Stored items
◇ ◇ ◇ ◇ ◇

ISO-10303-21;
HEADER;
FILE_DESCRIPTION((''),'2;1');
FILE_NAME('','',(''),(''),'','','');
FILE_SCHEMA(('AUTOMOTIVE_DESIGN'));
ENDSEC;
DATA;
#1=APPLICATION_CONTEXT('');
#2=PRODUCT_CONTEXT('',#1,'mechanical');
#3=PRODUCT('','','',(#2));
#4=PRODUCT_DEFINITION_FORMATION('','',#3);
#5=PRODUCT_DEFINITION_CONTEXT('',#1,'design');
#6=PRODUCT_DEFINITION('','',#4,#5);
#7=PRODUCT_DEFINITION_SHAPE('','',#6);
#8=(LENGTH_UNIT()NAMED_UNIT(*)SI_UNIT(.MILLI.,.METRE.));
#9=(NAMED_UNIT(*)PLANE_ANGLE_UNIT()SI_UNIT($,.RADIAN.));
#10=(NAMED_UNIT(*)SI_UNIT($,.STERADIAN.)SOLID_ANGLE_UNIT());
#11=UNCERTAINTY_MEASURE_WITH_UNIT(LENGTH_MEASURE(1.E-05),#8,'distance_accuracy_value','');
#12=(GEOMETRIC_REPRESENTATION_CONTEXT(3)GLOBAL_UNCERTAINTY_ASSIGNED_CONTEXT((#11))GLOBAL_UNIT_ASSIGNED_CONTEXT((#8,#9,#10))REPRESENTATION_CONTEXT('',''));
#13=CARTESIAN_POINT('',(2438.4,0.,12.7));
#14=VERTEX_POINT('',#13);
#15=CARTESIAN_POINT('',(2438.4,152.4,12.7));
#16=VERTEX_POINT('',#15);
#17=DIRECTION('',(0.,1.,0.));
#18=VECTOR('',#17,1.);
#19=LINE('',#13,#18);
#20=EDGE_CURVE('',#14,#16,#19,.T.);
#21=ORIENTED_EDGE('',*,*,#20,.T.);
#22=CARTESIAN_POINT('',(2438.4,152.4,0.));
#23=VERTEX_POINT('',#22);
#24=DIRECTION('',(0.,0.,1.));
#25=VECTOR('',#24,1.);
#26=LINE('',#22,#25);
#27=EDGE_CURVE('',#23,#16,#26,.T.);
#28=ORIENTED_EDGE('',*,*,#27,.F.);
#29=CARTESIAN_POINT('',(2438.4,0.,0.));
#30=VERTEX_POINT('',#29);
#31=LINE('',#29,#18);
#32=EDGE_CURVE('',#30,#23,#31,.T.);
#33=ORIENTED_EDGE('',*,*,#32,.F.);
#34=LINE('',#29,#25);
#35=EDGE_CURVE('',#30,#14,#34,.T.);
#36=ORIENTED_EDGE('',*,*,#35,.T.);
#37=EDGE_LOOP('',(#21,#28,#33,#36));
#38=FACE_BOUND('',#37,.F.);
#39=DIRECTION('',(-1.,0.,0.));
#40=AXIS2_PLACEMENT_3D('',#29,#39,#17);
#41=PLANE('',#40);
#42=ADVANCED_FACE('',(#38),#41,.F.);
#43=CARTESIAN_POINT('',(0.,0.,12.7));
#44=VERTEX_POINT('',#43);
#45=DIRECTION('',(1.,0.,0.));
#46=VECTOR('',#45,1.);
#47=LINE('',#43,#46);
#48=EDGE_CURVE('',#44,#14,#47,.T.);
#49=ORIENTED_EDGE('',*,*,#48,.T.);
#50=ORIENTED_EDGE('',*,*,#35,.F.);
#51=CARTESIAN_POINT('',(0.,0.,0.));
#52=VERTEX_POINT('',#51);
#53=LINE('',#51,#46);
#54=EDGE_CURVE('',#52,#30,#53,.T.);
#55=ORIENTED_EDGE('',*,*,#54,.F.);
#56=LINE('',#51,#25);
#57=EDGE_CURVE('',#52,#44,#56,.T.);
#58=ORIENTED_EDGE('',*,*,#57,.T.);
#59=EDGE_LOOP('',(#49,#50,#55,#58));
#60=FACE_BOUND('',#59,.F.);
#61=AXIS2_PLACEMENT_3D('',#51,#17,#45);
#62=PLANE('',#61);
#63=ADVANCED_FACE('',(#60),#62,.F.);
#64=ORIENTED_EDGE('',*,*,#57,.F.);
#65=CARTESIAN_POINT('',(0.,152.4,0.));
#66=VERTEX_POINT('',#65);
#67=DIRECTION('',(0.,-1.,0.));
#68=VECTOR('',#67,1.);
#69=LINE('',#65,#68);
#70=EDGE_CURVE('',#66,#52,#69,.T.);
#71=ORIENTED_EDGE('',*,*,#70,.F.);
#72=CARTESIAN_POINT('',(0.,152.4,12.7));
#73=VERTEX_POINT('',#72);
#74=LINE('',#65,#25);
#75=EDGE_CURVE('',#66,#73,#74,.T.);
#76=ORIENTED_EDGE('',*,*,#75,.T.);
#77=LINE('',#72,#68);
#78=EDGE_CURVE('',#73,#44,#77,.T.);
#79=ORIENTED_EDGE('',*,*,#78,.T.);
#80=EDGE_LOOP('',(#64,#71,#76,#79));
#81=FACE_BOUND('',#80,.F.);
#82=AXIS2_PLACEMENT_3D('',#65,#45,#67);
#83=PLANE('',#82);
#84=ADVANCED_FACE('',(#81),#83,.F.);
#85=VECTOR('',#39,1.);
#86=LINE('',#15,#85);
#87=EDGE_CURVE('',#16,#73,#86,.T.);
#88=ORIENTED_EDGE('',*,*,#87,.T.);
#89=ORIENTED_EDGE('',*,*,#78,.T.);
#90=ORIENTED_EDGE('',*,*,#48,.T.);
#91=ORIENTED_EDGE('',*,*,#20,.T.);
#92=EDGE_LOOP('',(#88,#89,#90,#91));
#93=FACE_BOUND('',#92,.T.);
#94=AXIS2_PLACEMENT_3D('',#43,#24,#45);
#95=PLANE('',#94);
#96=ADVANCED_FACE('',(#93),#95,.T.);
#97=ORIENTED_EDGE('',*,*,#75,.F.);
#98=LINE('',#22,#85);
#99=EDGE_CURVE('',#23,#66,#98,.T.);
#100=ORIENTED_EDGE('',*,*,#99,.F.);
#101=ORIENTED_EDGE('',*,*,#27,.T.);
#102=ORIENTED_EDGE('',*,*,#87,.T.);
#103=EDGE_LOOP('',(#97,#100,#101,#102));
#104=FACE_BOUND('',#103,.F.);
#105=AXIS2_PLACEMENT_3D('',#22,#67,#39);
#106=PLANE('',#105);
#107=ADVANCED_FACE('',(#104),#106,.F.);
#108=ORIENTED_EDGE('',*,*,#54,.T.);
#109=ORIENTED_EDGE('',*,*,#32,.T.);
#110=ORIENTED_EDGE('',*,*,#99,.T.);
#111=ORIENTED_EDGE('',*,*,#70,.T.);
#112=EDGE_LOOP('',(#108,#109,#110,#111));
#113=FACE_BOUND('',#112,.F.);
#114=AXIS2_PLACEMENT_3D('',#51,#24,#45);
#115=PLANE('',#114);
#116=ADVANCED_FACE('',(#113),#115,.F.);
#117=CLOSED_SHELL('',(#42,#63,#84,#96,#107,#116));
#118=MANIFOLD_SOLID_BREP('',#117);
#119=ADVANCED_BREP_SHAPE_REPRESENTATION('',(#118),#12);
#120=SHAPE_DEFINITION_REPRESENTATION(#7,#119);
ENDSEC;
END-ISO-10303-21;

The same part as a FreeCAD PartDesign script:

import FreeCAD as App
import Part
import Sketcher
from FreeCAD import Vector
Q = App.Units.Quantity


def add_polygon(sketch, points):
    """Adds a closed chain of lines whose ends are joined by coincident constraints."""
    first, n = sketch.GeometryCount, len(points)
    for a, b in zip(points, points[1:] + points[:1]):
        sketch.addGeometry(Part.LineSegment(App.Vector(*a, 0), App.Vector(*b, 0)), False)
    for i in range(n):
        sketch.addConstraint(Sketcher.Constraint("Coincident", first + i, 2, first + (i + 1) % n, 1))

doc = App.newDocument("Part")
body = doc.addObject("PartDesign::Body", "Body")

# Sketch on XY plane
sketch1 = body.newObject("Sketcher::SketchObject", "Sketch")
sketch1.AttachmentSupport = (doc.getObject("XY_Plane"), [""])
sketch1.MapMode = "FlatFace"
add_polygon(sketch1, [(0, 152), (0, 0), (2438, 0), (2438, 152)])  # lines 0-3
sketch1.addConstraint([
    Sketcher.Constraint("Vertical", 0),
    Sketcher.Constraint("Horizontal", 1),
    Sketcher.Constraint("Vertical", 2),
    Sketcher.Constraint("Horizontal", 3),
    Sketcher.Constraint("Coincident", 0, 2, -1, 1),
    Sketcher.Constraint("DistanceX", 1, 1, 1, 2, Q("96 in")),
    Sketcher.Constraint("DistanceY", 0, 2, 0, 1, Q("6 in")),
])
pad1 = body.newObject("PartDesign::Pad", "Pad")
pad1.Profile = sketch1
pad1.Length = Q("0.5 in")

doc.recompute()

◇ ◇ ◇ ◇ ◇

■ TASK TO CARRY OUT: Retype the portion of the data above that starts on the line with "#86=LINE('',#15,#85);" and finishes on the line with "#115=PLANE('',#114);", including both of those lines.

■ SOLUTION:
#86=LINE('',#15,#85);
#87=EDGE_CURVE('',#16,#73,#86,.T.);
#88=ORIENTED_EDGE('',*,*,#87,.T.);
#89=ORIENTED_EDGE('',*,*,#78,.T.);
#90=ORIENTED_EDGE('',*,*,#48,.T.);
#91=ORIENTED_EDGE('',*,*,#20,.T.);
#92=EDGE_LOOP('',(#88,#89,#90,#91));
#93=FACE_BOUND('',#92,.T.);
#94=AXIS2_PLACEMENT_3D('',#43,#24,#45);
#95=PLANE('',#94);
#96=ADVANCED_FACE('',(#93),#95,.T.);
#97=ORIENTED_EDGE('',*,*,#75,.F.);
#98=LINE('',#22,#85);
#99=EDGE_CURVE('',#23,#66,#98,.T.);
#100=ORIENTED_EDGE('',*,*,#99,.F.);
#101=ORIENTED_EDGE('',*,*,#27,.T.);
#102=ORIENTED_EDGE('',*,*,#87,.T.);
#103=EDGE_LOOP('',(#97,#100,#101,#102));
#104=FACE_BOUND('',#103,.F.);
#105=AXIS2_PLACEMENT_3D('',#22,#67,#39);
#106=PLANE('',#105);
#107=ADVANCED_FACE('',(#104),#106,.F.);
#108=ORIENTED_EDGE('',*,*,#54,.T.);
#109=ORIENTED_EDGE('',*,*,#32,.T.);
#110=ORIENTED_EDGE('',*,*,#99,.T.);
#111=ORIENTED_EDGE('',*,*,#70,.T.);
#112=EDGE_LOOP('',(#108,#109,#110,#111));
#113=FACE_BOUND('',#112,.F.);
#114=AXIS2_PLACEMENT_3D('',#51,#24,#45);
#115=PLANE('',#114);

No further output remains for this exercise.